

Examples

This packages facilitates working with datasets with uncertainties. The core concept of UncertainDatasets is to replace an uncertain data value with a probability distribution describing the point's uncertainty.

There are currently three ways of doing that: by theoretical distributions, theoretical distributions with parameters fitted to empirical data, or kernel density estimations to the distributions of empirical data. Check out the examples below and the documentation in the sidebar!

Uncertain values defined by theoretical distributions¶

First, load the necessary packages:

1	using UncertainData, Distributions, KernelDensity, Plots

A uniformly distributed uncertain value¶

Now, consider the following trivial example.

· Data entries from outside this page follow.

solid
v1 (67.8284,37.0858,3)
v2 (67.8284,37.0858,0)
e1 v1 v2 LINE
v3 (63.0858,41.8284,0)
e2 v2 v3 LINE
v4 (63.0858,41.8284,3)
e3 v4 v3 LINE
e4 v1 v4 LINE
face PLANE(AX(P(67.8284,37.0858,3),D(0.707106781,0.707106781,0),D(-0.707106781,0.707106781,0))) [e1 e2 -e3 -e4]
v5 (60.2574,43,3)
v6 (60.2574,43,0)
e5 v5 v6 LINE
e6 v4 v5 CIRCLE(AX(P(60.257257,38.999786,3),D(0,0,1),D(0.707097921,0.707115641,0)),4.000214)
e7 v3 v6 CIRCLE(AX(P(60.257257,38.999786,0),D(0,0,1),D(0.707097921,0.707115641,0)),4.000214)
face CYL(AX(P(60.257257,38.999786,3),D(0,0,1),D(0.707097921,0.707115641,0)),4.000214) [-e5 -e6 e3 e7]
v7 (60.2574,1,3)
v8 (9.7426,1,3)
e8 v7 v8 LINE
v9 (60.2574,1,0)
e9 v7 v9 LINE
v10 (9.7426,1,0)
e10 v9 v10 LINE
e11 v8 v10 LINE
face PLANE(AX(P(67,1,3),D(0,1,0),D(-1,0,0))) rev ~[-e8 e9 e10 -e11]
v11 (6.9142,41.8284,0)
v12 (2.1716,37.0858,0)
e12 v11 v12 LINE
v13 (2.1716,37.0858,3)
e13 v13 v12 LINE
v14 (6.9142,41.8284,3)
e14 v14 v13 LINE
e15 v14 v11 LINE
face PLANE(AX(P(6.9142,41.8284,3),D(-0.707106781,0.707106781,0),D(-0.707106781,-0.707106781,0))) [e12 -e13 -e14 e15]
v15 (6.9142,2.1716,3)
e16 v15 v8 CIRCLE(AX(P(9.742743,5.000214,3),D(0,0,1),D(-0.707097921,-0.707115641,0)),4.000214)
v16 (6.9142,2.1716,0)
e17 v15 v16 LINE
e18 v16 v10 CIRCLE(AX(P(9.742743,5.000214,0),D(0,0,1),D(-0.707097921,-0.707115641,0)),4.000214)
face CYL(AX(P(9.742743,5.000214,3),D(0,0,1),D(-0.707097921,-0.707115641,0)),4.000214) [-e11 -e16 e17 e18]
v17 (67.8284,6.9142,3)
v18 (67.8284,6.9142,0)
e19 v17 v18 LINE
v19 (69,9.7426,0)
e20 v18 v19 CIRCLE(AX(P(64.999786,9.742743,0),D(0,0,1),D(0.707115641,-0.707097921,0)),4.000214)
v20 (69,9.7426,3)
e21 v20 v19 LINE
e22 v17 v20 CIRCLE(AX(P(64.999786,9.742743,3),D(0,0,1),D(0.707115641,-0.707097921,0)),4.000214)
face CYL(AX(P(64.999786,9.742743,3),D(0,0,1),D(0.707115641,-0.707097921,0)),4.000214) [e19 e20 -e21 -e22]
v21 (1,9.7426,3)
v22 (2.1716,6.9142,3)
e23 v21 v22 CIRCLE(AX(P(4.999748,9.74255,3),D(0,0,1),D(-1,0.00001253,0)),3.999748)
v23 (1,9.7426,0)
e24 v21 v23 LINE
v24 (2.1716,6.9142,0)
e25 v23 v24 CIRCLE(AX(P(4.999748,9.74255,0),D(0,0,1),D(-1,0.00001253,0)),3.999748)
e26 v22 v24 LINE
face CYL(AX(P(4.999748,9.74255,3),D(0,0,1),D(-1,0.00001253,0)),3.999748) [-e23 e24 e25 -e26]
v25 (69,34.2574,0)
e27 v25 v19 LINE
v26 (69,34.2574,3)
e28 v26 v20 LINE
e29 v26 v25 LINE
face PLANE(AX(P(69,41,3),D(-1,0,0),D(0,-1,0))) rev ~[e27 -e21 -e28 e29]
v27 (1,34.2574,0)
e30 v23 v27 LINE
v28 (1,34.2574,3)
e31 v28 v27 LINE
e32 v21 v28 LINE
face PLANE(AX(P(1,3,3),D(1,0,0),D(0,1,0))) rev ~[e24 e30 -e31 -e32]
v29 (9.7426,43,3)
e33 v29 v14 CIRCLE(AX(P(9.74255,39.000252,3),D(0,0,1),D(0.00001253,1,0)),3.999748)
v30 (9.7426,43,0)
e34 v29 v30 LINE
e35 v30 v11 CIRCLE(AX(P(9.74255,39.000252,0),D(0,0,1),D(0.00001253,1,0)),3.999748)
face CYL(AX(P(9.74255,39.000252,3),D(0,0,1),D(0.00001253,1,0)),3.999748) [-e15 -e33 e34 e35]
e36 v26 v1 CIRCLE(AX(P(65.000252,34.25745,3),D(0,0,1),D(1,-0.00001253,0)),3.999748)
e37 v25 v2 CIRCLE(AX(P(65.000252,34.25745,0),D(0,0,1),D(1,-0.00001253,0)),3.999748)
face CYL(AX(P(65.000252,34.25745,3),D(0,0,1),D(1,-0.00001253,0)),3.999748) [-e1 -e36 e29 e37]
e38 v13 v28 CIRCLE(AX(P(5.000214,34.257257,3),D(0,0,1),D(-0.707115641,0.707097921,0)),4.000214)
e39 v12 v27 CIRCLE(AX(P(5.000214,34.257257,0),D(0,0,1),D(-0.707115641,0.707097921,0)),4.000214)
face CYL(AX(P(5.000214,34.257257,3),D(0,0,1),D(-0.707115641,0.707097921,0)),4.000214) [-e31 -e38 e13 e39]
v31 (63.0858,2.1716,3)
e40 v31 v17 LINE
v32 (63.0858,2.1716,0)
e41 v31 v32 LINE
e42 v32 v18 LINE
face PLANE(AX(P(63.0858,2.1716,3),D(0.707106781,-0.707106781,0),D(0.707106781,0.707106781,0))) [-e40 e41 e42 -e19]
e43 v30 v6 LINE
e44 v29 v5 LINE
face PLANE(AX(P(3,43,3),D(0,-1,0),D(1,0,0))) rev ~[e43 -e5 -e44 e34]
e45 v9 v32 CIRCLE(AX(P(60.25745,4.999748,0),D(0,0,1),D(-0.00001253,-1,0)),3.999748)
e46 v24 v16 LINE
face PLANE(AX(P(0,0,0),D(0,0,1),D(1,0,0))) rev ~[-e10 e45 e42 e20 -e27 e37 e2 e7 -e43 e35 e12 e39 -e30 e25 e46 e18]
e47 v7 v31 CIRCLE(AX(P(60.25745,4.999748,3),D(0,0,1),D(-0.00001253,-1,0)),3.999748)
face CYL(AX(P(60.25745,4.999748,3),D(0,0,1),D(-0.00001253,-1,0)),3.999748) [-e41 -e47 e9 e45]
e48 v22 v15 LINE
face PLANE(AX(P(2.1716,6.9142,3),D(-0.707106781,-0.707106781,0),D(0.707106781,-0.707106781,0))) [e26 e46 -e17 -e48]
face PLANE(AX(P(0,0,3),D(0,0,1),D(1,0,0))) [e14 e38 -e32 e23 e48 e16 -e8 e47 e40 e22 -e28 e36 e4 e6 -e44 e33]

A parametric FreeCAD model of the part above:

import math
import FreeCAD as App
import Part
import Sketcher

V = App.Vector

doc = App.newDocument("Part")
body = doc.addObject("PartDesign::Body", "Body")

# Sketch on XY plane
sketch1 = body.newObject("Sketcher::SketchObject", "Sketch")
sketch1.AttachmentSupport = (doc.getObject("XY_Plane"), [""])
sketch1.MapMode = "FlatFace"
sketch1.addGeometry([
    Part.ArcOfCircle(Part.Circle(V(3, 3, 0), V(0, 0, 1), 3), math.radians(180), math.radians(270)),  # 0
    Part.LineSegment(V(3, 0, 0), V(67, 0, 0)),  # 1
    Part.ArcOfCircle(Part.Circle(V(67, 3, 0), V(0, 0, 1), 3), math.radians(-90), math.radians(0)),  # 2
    Part.LineSegment(V(70, 3, 0), V(70, 41, 0)),  # 3
    Part.ArcOfCircle(Part.Circle(V(67, 41, 0), V(0, 0, 1), 3), math.radians(0), math.radians(90)),  # 4
    Part.LineSegment(V(67, 44, 0), V(3, 44, 0)),  # 5
    Part.ArcOfCircle(Part.Circle(V(3, 41, 0), V(0, 0, 1), 3), math.radians(90), math.radians(180)),  # 6
    Part.LineSegment(V(0, 41, 0), V(0, 3, 0)),  # 7
], False)
sketch1.addConstraint([
    Sketcher.Constraint("Tangent", 0, 2, 1, 1),
    Sketcher.Constraint("Tangent", 1, 2, 2, 1),
    Sketcher.Constraint("Tangent", 2, 2, 3, 1),
    Sketcher.Constraint("Tangent", 3, 2, 4, 1),
    Sketcher.Constraint("Tangent", 4, 2, 5, 1),
    Sketcher.Constraint("Tangent", 5, 2, 6, 1),
    Sketcher.Constraint("Tangent", 6, 2, 7, 1),
    Sketcher.Constraint("Tangent", 7, 2, 0, 1),
    Sketcher.Constraint("Horizontal", 1),
    Sketcher.Constraint("Vertical", 3),
    Sketcher.Constraint("Horizontal", 5),
    Sketcher.Constraint("Vertical", 7),
    Sketcher.Constraint("Equal", 0, 2),
    Sketcher.Constraint("Equal", 2, 4),
    Sketcher.Constraint("Equal", 4, 6),
    Sketcher.Constraint("PointOnObject", 0, 2, -1),
    Sketcher.Constraint("PointOnObject", 6, 2, -2),
    Sketcher.Constraint("Radius", 0, 3.0),
    Sketcher.Constraint("DistanceX", -1, 1, 2, 2, 70.0),
    Sketcher.Constraint("DistanceY", -1, 1, 4, 2, 44.0),
])
pad1 = body.newObject("PartDesign::Pad", "Pad")
pad1.Profile = sketch1
pad1.Length = 3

We've measure a data value with a poor instrument that tells us that the value lies between -2 and 3. However, we but that we know nothing more about how the value is distributed on that interval. Then it may be reasonable to represent that value as a uniform distribution on [-2, 3].

Define the uncertain value:

u = UncertainValue(Uniform, 1, 2)

# Plot the estimated density
bar(u, label = "", xlabel = "value", ylabel = "probability density")

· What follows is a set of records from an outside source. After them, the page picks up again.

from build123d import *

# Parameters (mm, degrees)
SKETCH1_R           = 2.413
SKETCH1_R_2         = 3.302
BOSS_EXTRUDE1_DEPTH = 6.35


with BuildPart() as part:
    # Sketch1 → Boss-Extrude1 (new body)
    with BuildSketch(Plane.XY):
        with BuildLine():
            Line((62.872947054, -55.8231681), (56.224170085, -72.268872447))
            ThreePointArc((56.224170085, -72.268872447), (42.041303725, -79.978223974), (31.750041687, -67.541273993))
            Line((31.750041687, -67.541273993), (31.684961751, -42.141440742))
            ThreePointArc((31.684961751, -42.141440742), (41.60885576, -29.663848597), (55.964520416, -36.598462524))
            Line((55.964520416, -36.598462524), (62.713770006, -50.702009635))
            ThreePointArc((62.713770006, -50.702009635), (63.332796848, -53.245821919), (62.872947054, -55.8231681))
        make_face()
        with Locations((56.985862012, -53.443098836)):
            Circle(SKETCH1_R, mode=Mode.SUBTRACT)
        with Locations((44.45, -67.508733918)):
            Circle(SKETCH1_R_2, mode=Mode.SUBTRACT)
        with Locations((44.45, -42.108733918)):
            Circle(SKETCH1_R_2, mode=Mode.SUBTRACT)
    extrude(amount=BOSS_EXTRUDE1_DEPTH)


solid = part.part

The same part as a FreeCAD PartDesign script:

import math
import FreeCAD as App
import Part
import Sketcher
from FreeCAD import Vector
Q = App.Units.Quantity

doc = App.newDocument("Part")
body = doc.addObject("PartDesign::Body", "Body")

# Sketch on XY plane
sketch1 = doc.addObject("Sketcher::SketchObject", "Sketch")
body.addObject(sketch1)
sketch1.AttachmentSupport = (doc.XY_Plane, [""])
sketch1.MapMode = "FlatFace"
sketch1.addGeometry(Part.LineSegment(Vector(56.2, -72.3, 0), Vector(62.9, -55.8, 0)), False)
sketch1.addGeometry(Part.ArcOfCircle(Part.Circle(Vector(57, -53.4, 0), Vector(0, 0, 1), 6.3), math.radians(-22), math.radians(26)), False)
sketch1.addGeometry(Part.LineSegment(Vector(62.7, -50.7, 0), Vector(56, -36.6, 0)), False)
sketch1.addGeometry(Part.ArcOfCircle(Part.Circle(Vector(44.5, -42.1, 0), Vector(0, 0, 1), 12.8), math.radians(26), math.radians(180)), False)
sketch1.addGeometry(Part.LineSegment(Vector(31.7, -42.1, 0), Vector(31.8, -67.5, 0)), False)
sketch1.addGeometry(Part.ArcOfCircle(Part.Circle(Vector(44.5, -67.5, 0), Vector(0, 0, 1), 12.7), math.radians(-180), math.radians(-22)), False)
sketch1.addGeometry(Part.Circle(Vector(44.5, -67.5, 0), Vector(0, 0, 1), 3.3), False)
sketch1.addGeometry(Part.Circle(Vector(57, -53.4, 0), Vector(0, 0, 1), 2.4), False)
sketch1.addGeometry(Part.Circle(Vector(44.5, -42.1, 0), Vector(0, 0, 1), 3.3), False)
sketch1.addConstraint(Sketcher.Constraint("Tangent", 0, 2, 1, 1))
sketch1.addConstraint(Sketcher.Constraint("Tangent", 1, 2, 2, 1))
sketch1.addConstraint(Sketcher.Constraint("Tangent", 2, 2, 3, 1))
sketch1.addConstraint(Sketcher.Constraint("Tangent", 3, 2, 4, 1))
sketch1.addConstraint(Sketcher.Constraint("Tangent", 4, 2, 5, 1))
sketch1.addConstraint(Sketcher.Constraint("Tangent", 5, 2, 0, 1))
sketch1.addConstraint(Sketcher.Constraint("Coincident", 6, 3, 5, 3))
sketch1.addConstraint(Sketcher.Constraint("Coincident", 7, 3, 1, 3))
sketch1.addConstraint(Sketcher.Constraint("Coincident", 8, 3, 3, 3))
sketch1.addConstraint(Sketcher.Constraint("Equal", 6, 8))
sketch1.addConstraint(Sketcher.Constraint("Vertical", 3, 3, 5, 3))
sketch1.addConstraint(Sketcher.Constraint("Radius", 5, Q("0.5 in")))
sketch1.addConstraint(Sketcher.Constraint("Diameter", 6, Q("0.26 in")))
sketch1.addConstraint(Sketcher.Constraint("Diameter", 7, Q("0.19 in")))
sketch1.addConstraint(Sketcher.Constraint("Radius", 1, Q("0.25 in")))
sketch1.addConstraint(Sketcher.Constraint("DistanceY", 5, 3, 3, 3, Q("1 in")))
sketch1.addConstraint(Sketcher.Constraint("DistanceX", -1, 1, 3, 3, Q("1.75 in")))
sketch1.addConstraint(Sketcher.Constraint("Radius", 3, Q("12.76508 mm")))
sketch1.addConstraint(Sketcher.Constraint("DistanceY", 1, 3, -1, 1, Q("53.443099 mm")))
sketch1.addConstraint(Sketcher.Constraint("DistanceX", 3, 2, 1, 3, Q("25.3009 mm")))
sketch1.addConstraint(Sketcher.Constraint("DistanceY", 0, 2, -1, 1, Q("55.823168 mm")))
pad1 = doc.addObject("PartDesign::Pad", "Pad")
body.addObject(pad1)
pad1.Profile = sketch1
pad1.Length = Q("0.25 in")

doc.recompute()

A normally distributed uncertain value¶

Another common example is to use someone else's data from a publication. Usually, these values are reported as the mean or median, with some associated uncertainty. Say we want to use an uncertain value which is normally distributed with mean 2.1 and standard deviation 0.3.

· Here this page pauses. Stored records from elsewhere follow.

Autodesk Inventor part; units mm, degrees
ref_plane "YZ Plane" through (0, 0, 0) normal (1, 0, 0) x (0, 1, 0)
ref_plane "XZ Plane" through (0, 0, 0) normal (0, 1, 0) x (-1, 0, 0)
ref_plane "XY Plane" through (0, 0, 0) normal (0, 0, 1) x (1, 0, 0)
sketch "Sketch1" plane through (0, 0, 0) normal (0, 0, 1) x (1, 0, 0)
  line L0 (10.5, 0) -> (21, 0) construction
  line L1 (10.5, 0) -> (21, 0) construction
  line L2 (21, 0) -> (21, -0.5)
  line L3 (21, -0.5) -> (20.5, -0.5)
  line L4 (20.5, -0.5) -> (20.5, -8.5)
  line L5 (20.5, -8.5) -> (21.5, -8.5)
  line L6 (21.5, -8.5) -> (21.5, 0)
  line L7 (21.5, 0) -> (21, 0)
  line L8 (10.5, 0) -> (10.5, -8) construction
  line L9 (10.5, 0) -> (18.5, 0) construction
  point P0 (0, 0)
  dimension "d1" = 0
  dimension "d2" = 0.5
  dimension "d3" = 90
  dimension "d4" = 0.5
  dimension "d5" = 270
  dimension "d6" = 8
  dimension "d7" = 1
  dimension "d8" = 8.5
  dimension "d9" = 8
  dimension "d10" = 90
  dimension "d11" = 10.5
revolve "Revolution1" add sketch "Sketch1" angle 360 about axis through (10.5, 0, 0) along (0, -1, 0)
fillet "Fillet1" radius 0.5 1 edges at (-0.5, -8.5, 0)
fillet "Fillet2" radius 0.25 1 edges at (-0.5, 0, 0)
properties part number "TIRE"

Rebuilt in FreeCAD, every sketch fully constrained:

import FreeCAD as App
import Part
import Sketcher
Q = App.Units.Quantity


def edges_at(feature, points):
    """Names of the edges that pass closest to the given points."""
    edges = feature.Shape.Edges
    near = lambda p: min(range(len(edges)), key=lambda i: edges[i].distToShape(Part.Vertex(*p))[0])
    return sorted({f"Edge{near(p) + 1}" for p in points})


def add_polygon(sketch, points):
    """Adds a closed chain of lines whose ends are joined by coincident constraints."""
    first, n = sketch.GeometryCount, len(points)
    for a, b in zip(points, points[1:] + points[:1]):
        sketch.addGeometry(Part.LineSegment(App.Vector(*a, 0), App.Vector(*b, 0)), False)
    for i in range(n):
        sketch.addConstraint(Sketcher.Constraint("Coincident", first + i, 2, first + (i + 1) % n, 1))

doc = App.newDocument("Part")
body = doc.addObject("PartDesign::Body", "Body")

# Sketch on XY plane
sketch1 = doc.addObject("Sketcher::SketchObject", "Sketch")
body.addObject(sketch1)
sketch1.AttachmentSupport = (doc.XY_Plane, [""])
sketch1.MapMode = "FlatFace"
add_polygon(sketch1, [(21.5, 0), (21, 0), (21, -0.5), (20.5, -0.5), (20.5, -8.5), (21.5, -8.5)])  # lines 0-5
sketch1.addGeometry(Part.LineSegment(App.Vector(10.5, 0, 0), App.Vector(10.5, -8.5, 0)), True)  # axis
sketch1.addConstraint(Sketcher.Constraint("Horizontal", 0))
sketch1.addConstraint(Sketcher.Constraint("Vertical", 1))
sketch1.addConstraint(Sketcher.Constraint("Horizontal", 2))
sketch1.addConstraint(Sketcher.Constraint("Vertical", 3))
sketch1.addConstraint(Sketcher.Constraint("Horizontal", 4))
sketch1.addConstraint(Sketcher.Constraint("Vertical", 5))
sketch1.addConstraint(Sketcher.Constraint("Vertical", 6))
sketch1.addConstraint(Sketcher.Constraint("PointOnObject", 0, 2, -1))
sketch1.addConstraint(Sketcher.Constraint("PointOnObject", 6, 1, -1))
sketch1.addConstraint(Sketcher.Constraint("Horizontal", 4, 2, 6, 2))
sketch1.addConstraint(Sketcher.Constraint("Equal", 0, 2))
sketch1.addConstraint(Sketcher.Constraint("Equal", 2, 1))
sketch1.addConstraint(Sketcher.Constraint("DistanceX", 4, 1, 4, 2, Q("1 mm")))
sketch1.addConstraint(Sketcher.Constraint("DistanceY", 3, 2, 3, 1, Q("8 mm")))
sketch1.addConstraint(Sketcher.Constraint("DistanceX", -1, 1, 6, 1, Q("10.5 mm")))
sketch1.addConstraint(Sketcher.Constraint("DistanceX", 6, 1, 0, 2, Q("10.5 mm")))
revolution = doc.addObject("PartDesign::Revolution", "Revolution")
body.addObject(revolution)
revolution.Profile = sketch1
revolution.ReferenceAxis = (sketch1, ["Axis0"])
revolution.Angle = 360
doc.recompute()

fillet = doc.addObject("PartDesign::Fillet", "Fillet")
body.addObject(fillet)
fillet.Base = (revolution, edges_at(revolution, [(-0.5, -8.5, 0)]))
fillet.Radius = 0.5
doc.recompute()

fillet2 = doc.addObject("PartDesign::Fillet", "Fillet001")
body.addObject(fillet2)
fillet2.Base = (fillet, edges_at(fillet, [(-0.5, 0, 0)]))
fillet2.Radius = 0.25

doc.recompute()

u = UncertainValue(Normal, 2.1, 0.3)

# Plot the estimated density
bar(u, label = "", xlabel = "value", ylabel = "probability density")

Uncertain values defined by kernel density estimated distributions¶

One may also be given a a distribution of numbers that's not quite normally distributed. How to represent this uncertainty? Easy: we use a kernel density estimate to the distribution.

In the following example, we generate some random numbers from a mixture of two normal distributions.

M = MixtureModel([Normal(-5, 0.5), Normal(0.2)])
u = UncertainValue(UnivariateKDE, rand(M, 250))

# Plot the estimated distribution.
plot(u, xlabel = "Value", ylabel = "Probability density")

Uncertain values defined by theoretical distributions fitted to empirical data¶

One may also be given a dataset whose histogram looks a lot like a theoretical distribution. We may then select a theoretical distribution and fit its parameters to the empirical data.

In the example below, we resample the estimated distribution to obtain a histogram we can compare to the original data.

# Take a sample from a Gamma distribution with parameters α = 1.7 and θ = 5.5
some_sample = rand(Gamma(1.7, 5.5), 2000)
uv = UncertainValue(Gamma, some_sample)
p1 = histogram(some_sample, normalize = true,
    fc = :black, lc = :black,
    label = "", xlabel = "value", ylabel = "density")

# Resample the fitted theoretical distribution
p2 = histogram(resample(uv, 10000), normalize = true,
    fc = :blue, lc = :blue,
    label = "", xlabel = "value", ylabel = "density")

plot(p1, p2, layout = (2, 1), link = :x)

As expected, the histograms closely match (but are not exact because we estimated the distribution using a limited sample).